* EXERCISE PROMPT
Return only that part of the material below which starts with the line containing "#31=AXIS2_PLACEMENT_3D('',#30,#23,#24);" and goes on through the line containing "#51=EDGE_CURVE('',#42,#49,#50,.T.);", restated exactly.

* EXERCISE MATERIALS
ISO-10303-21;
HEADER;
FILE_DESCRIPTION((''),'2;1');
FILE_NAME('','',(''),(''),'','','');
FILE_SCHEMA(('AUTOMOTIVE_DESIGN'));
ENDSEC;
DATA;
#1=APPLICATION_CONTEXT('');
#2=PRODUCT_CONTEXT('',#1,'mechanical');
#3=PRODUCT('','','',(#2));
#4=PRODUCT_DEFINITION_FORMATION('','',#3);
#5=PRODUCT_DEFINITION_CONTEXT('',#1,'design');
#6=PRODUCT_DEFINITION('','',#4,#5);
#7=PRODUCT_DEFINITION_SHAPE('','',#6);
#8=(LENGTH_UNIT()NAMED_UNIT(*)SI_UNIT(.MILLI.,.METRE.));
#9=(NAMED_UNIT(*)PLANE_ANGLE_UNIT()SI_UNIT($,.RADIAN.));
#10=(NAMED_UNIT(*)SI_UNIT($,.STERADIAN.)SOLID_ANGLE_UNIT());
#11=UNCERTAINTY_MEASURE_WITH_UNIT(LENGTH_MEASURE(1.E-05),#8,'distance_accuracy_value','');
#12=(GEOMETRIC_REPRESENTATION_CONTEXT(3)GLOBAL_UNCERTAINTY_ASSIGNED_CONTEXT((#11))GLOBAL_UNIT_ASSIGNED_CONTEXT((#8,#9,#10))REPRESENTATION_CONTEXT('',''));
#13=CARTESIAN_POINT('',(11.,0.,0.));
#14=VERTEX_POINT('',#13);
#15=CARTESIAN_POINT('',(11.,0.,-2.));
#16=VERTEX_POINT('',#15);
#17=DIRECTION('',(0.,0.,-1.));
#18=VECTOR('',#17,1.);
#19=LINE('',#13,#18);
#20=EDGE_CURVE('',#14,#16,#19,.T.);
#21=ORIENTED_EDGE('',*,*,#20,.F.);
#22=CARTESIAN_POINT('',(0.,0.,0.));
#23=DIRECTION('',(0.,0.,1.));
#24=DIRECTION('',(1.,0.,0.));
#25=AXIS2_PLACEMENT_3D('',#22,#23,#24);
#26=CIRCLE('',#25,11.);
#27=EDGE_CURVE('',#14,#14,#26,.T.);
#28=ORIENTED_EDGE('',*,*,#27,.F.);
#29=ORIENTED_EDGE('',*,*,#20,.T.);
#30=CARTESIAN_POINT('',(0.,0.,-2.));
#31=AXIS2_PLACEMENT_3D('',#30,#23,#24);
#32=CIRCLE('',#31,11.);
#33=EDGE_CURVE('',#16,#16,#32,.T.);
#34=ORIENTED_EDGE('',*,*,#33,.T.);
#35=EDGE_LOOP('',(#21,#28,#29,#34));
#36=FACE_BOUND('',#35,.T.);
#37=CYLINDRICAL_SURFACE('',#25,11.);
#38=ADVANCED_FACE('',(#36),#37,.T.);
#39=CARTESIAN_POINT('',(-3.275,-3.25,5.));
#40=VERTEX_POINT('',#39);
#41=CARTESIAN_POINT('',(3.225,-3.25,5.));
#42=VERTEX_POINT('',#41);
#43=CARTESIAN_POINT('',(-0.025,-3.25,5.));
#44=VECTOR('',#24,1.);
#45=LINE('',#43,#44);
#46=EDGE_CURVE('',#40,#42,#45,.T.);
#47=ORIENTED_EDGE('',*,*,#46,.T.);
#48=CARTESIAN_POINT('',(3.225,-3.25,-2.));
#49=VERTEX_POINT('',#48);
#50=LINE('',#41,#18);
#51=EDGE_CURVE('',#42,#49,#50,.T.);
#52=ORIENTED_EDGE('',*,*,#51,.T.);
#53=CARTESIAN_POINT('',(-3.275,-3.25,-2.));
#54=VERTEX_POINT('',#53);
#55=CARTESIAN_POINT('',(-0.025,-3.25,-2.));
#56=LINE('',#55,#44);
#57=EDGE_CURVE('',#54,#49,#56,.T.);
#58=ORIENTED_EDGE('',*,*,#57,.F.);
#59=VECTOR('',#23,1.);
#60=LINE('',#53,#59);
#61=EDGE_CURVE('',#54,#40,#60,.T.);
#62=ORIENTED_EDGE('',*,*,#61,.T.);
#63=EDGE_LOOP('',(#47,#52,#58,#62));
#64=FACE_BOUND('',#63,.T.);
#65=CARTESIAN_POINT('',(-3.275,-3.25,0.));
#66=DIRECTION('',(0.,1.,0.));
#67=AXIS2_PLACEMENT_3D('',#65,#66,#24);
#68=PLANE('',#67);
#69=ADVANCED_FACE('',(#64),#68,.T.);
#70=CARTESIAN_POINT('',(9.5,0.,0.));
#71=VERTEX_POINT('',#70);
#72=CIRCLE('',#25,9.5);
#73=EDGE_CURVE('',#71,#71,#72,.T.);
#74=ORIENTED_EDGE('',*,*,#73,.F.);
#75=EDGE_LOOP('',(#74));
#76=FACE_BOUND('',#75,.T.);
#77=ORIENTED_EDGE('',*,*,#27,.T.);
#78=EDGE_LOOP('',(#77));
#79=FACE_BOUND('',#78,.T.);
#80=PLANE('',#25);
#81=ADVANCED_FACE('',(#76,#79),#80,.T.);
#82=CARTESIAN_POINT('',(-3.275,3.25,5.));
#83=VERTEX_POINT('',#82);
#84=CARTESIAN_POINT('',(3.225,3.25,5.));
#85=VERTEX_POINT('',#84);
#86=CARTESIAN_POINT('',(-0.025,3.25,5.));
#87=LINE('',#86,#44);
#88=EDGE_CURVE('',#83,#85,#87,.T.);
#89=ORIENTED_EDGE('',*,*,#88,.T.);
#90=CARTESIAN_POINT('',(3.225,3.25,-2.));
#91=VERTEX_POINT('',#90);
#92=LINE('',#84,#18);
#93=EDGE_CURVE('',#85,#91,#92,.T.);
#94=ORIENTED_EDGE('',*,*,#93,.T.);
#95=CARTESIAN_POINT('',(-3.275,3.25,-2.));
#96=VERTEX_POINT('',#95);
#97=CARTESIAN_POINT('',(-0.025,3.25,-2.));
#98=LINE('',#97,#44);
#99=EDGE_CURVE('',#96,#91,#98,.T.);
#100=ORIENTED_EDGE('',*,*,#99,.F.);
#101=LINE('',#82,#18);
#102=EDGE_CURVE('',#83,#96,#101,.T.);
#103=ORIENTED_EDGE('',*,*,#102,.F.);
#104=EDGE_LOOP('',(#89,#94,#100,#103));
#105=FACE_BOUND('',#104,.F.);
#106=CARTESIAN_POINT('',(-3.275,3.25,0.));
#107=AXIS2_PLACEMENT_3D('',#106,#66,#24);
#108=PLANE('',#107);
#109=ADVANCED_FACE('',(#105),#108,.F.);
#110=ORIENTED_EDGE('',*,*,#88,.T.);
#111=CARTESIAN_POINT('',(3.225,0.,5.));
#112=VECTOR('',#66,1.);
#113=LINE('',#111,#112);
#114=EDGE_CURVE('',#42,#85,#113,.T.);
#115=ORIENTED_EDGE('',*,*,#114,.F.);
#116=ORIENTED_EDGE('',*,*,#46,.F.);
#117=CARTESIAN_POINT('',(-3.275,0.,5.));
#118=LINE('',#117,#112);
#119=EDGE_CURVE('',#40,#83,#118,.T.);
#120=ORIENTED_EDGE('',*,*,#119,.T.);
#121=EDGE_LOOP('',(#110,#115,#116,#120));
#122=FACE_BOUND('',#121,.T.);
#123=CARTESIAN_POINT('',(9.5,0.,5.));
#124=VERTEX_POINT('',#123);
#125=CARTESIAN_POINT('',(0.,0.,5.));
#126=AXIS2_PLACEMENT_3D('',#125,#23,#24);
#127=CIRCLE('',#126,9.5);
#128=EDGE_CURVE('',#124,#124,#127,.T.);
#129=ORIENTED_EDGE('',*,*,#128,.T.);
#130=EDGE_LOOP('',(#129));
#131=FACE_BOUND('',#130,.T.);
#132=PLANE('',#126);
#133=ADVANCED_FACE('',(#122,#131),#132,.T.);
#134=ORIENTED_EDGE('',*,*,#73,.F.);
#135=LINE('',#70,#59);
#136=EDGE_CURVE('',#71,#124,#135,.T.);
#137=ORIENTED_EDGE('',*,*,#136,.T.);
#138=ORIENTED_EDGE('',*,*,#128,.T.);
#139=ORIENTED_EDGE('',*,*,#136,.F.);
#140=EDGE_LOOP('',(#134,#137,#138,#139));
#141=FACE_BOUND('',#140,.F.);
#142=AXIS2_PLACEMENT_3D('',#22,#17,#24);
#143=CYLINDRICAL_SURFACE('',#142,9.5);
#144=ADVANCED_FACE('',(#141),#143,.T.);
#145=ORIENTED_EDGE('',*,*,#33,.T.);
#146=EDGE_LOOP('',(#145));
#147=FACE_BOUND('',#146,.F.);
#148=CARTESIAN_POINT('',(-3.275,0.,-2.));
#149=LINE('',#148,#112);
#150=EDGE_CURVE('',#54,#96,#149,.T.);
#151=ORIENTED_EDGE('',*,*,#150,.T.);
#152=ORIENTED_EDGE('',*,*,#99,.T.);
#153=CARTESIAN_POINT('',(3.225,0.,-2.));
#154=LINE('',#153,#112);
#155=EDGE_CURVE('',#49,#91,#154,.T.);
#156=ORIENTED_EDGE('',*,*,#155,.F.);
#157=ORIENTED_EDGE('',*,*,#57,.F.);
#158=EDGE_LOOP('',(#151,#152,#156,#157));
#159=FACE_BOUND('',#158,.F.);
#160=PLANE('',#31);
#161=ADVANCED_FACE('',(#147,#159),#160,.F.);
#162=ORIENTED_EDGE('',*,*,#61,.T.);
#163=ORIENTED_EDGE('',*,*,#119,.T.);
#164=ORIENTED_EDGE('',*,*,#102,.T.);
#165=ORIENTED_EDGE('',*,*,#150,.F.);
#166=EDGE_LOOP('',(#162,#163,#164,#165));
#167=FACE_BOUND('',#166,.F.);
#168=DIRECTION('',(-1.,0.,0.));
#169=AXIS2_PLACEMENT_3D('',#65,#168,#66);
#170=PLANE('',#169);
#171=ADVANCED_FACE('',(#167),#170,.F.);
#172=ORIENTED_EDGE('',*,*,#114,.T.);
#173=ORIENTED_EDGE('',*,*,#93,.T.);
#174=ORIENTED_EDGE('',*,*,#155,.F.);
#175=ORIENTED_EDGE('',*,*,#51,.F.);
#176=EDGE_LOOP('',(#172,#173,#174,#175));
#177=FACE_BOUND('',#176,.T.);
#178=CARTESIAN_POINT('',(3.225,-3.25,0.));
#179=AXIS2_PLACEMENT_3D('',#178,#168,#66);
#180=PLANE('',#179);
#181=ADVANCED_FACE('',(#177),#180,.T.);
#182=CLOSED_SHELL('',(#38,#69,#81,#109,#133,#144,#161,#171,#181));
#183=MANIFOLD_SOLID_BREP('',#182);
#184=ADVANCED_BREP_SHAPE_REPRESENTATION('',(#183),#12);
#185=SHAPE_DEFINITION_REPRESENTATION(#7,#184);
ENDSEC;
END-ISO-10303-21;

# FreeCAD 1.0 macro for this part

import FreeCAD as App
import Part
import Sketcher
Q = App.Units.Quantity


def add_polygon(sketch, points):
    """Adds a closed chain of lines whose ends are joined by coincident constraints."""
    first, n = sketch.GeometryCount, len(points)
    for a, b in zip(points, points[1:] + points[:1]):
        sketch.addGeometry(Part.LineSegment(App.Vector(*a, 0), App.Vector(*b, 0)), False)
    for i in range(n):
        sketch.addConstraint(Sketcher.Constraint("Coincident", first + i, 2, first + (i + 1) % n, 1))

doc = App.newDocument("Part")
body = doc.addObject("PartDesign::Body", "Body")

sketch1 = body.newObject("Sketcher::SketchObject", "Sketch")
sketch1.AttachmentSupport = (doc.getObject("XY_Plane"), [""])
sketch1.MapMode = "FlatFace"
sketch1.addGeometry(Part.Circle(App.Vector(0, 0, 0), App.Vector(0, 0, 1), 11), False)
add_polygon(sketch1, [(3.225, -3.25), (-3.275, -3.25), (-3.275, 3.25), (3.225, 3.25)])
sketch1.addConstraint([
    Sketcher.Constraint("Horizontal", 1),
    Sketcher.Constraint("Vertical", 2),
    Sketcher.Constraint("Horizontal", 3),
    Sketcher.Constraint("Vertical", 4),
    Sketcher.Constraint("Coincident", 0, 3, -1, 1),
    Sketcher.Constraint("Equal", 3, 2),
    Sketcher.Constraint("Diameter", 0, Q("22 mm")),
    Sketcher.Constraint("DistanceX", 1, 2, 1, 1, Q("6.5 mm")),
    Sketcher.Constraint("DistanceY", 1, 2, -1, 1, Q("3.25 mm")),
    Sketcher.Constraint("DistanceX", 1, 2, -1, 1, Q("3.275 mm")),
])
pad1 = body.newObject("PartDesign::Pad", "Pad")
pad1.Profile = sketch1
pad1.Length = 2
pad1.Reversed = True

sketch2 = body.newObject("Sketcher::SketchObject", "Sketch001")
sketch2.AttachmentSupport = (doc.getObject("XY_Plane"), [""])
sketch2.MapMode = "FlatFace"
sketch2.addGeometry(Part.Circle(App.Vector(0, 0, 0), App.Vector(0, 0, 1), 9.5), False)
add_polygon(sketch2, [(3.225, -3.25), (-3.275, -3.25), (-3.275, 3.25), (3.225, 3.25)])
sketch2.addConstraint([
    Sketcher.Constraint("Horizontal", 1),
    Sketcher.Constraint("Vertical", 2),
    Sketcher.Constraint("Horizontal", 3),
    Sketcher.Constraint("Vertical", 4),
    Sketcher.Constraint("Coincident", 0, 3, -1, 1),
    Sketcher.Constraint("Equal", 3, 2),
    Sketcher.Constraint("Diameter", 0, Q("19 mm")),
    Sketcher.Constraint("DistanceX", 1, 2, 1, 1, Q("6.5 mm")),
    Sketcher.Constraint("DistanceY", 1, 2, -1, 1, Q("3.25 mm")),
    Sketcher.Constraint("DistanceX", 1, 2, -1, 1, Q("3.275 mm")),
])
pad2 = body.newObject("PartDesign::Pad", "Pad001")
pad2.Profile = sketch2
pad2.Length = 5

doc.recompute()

* REPLY TO THE TASK
#31=AXIS2_PLACEMENT_3D('',#30,#23,#24);
#32=CIRCLE('',#31,11.);
#33=EDGE_CURVE('',#16,#16,#32,.T.);
#34=ORIENTED_EDGE('',*,*,#33,.T.);
#35=EDGE_LOOP('',(#21,#28,#29,#34));
#36=FACE_BOUND('',#35,.T.);
#37=CYLINDRICAL_SURFACE('',#25,11.);
#38=ADVANCED_FACE('',(#36),#37,.T.);
#39=CARTESIAN_POINT('',(-3.275,-3.25,5.));
#40=VERTEX_POINT('',#39);
#41=CARTESIAN_POINT('',(3.225,-3.25,5.));
#42=VERTEX_POINT('',#41);
#43=CARTESIAN_POINT('',(-0.025,-3.25,5.));
#44=VECTOR('',#24,1.);
#45=LINE('',#43,#44);
#46=EDGE_CURVE('',#40,#42,#45,.T.);
#47=ORIENTED_EDGE('',*,*,#46,.T.);
#48=CARTESIAN_POINT('',(3.225,-3.25,-2.));
#49=VERTEX_POINT('',#48);
#50=LINE('',#41,#18);
#51=EDGE_CURVE('',#42,#49,#50,.T.);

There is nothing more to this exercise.